▸ EXERCISE DESCRIPTION
In the entries that follow, the first line to write out is the one containing "f 295 296 297", and the last is the one containing "f 324 331 332". Reproduce that stretch exactly, with nothing before or after it.

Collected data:
·····

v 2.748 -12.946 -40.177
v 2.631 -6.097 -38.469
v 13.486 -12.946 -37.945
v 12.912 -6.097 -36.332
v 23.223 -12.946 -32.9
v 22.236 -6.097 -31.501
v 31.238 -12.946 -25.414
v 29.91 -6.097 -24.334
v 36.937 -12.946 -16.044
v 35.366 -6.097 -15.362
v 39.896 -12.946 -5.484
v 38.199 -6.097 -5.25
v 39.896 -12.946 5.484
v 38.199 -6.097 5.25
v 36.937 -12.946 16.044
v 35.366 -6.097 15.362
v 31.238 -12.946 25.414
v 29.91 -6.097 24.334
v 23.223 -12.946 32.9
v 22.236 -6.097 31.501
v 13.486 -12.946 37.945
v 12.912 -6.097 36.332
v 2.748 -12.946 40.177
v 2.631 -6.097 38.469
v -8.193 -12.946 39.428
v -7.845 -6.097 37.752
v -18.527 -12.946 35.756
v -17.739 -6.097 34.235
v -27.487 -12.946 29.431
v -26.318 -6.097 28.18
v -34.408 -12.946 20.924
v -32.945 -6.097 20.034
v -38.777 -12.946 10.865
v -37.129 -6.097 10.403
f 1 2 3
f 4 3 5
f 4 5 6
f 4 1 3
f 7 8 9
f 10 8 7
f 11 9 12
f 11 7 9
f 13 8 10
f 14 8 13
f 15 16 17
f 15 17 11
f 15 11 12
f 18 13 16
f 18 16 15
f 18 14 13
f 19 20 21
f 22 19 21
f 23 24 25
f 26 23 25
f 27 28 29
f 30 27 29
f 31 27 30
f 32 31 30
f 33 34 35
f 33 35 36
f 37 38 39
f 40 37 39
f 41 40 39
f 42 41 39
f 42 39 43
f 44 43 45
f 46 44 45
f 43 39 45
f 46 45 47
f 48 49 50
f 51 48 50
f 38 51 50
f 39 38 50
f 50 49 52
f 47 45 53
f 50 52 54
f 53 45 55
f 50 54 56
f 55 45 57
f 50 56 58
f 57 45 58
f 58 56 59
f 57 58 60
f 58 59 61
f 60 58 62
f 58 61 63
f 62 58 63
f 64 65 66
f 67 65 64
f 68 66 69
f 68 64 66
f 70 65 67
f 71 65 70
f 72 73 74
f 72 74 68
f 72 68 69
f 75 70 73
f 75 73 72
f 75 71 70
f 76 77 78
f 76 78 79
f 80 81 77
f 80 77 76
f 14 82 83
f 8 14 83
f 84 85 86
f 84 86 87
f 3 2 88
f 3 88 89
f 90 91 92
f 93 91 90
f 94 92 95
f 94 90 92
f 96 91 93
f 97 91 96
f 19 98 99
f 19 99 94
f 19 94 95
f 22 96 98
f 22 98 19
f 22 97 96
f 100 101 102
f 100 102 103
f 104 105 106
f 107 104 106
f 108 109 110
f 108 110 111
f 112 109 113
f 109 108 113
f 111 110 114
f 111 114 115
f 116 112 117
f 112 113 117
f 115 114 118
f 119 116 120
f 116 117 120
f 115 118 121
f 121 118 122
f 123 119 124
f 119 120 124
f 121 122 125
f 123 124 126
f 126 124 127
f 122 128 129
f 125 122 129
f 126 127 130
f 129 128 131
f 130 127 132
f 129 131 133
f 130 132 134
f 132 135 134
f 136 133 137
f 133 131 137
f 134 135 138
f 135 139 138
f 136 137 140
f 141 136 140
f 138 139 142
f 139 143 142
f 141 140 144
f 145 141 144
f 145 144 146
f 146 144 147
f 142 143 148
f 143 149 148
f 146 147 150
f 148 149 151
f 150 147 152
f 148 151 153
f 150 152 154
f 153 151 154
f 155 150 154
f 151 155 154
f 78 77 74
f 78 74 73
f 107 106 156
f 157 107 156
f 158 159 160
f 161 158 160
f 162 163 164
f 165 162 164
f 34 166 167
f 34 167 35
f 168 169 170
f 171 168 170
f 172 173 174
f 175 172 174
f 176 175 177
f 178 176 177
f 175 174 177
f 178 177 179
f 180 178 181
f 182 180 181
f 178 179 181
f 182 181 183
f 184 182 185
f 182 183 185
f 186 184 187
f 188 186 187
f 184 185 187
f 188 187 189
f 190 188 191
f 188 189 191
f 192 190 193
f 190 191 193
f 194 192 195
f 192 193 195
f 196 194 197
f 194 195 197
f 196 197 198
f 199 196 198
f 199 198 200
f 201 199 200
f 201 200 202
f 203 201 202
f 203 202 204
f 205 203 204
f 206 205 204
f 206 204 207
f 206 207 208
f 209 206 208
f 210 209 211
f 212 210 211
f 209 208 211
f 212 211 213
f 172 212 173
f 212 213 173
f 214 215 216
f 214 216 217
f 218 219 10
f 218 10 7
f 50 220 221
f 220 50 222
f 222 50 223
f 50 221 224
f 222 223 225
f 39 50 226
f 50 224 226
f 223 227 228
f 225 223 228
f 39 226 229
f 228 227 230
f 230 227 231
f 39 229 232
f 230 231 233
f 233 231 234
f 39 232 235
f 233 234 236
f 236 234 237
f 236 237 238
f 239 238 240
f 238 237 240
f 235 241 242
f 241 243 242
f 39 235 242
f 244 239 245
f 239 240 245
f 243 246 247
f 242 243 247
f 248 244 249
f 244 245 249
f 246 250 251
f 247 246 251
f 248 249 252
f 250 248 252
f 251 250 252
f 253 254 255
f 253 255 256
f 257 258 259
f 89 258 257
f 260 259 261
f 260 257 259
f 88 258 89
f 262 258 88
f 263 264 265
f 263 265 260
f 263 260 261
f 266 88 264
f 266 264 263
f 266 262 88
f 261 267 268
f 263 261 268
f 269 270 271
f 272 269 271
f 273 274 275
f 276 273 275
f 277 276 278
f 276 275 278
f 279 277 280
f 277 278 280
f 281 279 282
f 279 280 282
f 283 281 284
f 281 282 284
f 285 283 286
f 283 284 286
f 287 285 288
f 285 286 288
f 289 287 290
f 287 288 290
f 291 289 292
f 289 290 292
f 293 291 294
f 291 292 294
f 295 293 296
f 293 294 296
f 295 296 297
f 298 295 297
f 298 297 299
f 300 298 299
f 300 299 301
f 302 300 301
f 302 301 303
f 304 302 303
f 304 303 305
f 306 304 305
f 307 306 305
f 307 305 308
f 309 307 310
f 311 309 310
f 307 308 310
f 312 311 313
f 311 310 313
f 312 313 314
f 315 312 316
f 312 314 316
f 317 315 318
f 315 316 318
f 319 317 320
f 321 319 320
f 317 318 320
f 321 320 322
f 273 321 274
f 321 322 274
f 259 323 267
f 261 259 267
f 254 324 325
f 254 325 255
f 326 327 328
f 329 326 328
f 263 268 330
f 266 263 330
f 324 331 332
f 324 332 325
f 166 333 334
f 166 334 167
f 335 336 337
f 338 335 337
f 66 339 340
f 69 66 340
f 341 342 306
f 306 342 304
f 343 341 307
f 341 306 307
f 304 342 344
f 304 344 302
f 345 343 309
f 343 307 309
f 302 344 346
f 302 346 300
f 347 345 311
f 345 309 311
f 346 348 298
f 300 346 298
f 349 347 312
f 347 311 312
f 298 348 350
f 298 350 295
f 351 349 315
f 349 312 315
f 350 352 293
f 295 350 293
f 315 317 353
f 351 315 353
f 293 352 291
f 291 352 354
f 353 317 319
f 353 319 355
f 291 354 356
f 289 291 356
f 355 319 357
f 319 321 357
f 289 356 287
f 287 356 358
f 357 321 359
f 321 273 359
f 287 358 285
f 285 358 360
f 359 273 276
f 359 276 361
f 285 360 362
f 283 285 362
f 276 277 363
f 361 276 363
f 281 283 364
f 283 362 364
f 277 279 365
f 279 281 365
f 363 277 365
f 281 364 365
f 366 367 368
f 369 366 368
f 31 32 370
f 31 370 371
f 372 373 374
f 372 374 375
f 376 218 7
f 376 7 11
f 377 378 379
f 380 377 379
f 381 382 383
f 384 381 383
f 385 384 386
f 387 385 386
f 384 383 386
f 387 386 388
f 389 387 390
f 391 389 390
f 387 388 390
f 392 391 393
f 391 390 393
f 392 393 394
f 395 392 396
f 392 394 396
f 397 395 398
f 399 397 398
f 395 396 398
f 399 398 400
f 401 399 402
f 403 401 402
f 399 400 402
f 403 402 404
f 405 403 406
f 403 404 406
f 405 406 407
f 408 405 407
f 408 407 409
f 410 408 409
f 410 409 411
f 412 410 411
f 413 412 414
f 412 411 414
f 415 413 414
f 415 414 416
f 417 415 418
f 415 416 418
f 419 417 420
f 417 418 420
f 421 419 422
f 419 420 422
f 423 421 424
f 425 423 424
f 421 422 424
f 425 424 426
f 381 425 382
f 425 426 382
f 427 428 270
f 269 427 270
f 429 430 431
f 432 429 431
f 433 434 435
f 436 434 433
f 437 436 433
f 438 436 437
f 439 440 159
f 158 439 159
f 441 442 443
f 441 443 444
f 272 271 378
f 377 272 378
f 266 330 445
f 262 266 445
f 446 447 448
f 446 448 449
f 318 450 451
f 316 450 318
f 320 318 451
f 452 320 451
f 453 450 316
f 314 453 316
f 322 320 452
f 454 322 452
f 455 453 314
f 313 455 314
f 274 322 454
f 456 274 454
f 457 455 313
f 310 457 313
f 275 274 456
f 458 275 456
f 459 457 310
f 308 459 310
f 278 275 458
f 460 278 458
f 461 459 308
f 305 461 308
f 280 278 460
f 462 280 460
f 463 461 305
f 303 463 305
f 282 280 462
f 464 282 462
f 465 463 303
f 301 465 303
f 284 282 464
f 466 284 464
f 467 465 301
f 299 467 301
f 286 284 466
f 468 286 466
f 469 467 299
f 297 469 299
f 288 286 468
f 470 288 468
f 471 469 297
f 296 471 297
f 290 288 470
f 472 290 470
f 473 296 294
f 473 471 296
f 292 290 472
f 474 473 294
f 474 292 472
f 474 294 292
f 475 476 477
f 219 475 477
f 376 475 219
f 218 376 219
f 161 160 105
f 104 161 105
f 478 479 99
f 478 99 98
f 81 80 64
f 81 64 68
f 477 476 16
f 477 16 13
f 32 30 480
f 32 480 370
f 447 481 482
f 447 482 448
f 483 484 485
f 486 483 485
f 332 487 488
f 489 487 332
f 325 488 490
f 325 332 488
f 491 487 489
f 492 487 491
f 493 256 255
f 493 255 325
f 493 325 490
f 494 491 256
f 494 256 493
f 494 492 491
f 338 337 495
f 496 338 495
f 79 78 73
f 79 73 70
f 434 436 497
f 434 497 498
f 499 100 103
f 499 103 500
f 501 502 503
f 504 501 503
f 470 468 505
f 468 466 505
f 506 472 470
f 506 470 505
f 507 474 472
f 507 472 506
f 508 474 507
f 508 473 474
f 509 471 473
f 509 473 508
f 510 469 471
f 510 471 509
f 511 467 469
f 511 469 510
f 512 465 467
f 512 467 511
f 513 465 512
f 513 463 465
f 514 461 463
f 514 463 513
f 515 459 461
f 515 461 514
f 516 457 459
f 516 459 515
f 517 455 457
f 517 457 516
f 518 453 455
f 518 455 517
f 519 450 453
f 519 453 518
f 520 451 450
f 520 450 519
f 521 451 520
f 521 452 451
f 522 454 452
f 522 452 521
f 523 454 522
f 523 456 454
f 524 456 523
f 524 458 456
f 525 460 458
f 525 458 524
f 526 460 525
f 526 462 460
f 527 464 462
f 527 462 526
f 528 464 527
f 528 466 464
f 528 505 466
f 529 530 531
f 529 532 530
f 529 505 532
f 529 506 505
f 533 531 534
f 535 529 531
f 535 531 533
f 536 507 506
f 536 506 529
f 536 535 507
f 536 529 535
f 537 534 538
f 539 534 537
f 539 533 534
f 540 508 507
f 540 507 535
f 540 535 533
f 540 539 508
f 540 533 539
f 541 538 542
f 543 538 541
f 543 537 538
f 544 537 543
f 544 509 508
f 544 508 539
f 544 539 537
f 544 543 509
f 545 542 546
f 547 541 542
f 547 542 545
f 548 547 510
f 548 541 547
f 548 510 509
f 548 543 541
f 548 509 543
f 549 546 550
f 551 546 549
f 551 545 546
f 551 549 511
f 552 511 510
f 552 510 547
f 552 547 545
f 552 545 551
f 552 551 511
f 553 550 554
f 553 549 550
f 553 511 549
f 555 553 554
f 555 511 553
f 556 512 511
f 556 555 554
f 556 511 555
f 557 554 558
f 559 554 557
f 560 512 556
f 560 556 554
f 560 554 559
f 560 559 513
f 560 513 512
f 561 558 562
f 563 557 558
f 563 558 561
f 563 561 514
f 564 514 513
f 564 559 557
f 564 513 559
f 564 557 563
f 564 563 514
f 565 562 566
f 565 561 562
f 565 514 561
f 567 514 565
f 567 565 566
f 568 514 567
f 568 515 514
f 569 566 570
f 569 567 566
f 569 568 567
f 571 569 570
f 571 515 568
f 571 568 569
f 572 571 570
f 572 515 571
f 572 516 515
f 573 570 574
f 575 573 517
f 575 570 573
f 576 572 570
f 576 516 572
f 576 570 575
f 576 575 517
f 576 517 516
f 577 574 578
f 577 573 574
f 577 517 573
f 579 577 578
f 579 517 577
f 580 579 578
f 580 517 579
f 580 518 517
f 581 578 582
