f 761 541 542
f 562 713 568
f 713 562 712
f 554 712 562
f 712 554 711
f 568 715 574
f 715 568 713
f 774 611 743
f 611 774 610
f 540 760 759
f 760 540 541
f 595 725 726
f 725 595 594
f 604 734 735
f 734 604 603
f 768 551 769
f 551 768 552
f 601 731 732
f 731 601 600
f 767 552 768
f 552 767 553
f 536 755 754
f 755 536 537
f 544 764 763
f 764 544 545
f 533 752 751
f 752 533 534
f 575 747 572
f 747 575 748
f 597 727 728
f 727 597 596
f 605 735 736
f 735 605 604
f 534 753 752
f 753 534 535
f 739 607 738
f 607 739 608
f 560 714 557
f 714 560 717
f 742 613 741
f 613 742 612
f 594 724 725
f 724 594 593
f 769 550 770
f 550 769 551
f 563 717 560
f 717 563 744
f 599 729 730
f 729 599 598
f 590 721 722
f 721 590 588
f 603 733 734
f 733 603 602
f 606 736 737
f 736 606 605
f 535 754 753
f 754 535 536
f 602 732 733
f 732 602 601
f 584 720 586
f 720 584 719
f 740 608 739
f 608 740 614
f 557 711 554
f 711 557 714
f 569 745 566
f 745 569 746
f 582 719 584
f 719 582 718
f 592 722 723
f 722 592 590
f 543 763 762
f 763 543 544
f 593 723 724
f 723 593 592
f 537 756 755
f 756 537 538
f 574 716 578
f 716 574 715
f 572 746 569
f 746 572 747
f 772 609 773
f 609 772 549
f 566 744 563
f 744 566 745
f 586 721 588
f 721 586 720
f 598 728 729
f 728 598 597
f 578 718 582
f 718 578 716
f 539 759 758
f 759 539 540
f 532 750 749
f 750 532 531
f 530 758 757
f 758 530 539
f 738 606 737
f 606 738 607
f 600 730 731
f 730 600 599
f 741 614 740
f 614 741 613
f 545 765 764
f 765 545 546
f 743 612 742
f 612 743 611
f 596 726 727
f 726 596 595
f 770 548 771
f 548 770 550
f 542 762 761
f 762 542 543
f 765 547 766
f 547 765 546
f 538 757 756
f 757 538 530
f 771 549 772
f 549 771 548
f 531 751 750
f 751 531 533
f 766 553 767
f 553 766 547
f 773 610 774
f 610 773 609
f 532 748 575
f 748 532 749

·····

▸ ANSWER TO THIS EXERCISE
f 295 296 297
f 298 295 297
f 298 297 299
f 300 298 299
f 300 299 301
f 302 300 301
f 302 301 303
f 304 302 303
f 304 303 305
f 306 304 305
f 307 306 305
f 307 305 308
f 309 307 310
f 311 309 310
f 307 308 310
f 312 311 313
f 311 310 313
f 312 313 314
f 315 312 316
f 312 314 316
f 317 315 318
f 315 316 318
f 319 317 320
f 321 319 320
f 317 318 320
f 321 320 322
f 273 321 274
f 321 322 274
f 259 323 267
f 261 259 267
f 254 324 325
f 254 325 255
f 326 327 328
f 329 326 328
f 263 268 330
f 266 263 330
f 324 331 332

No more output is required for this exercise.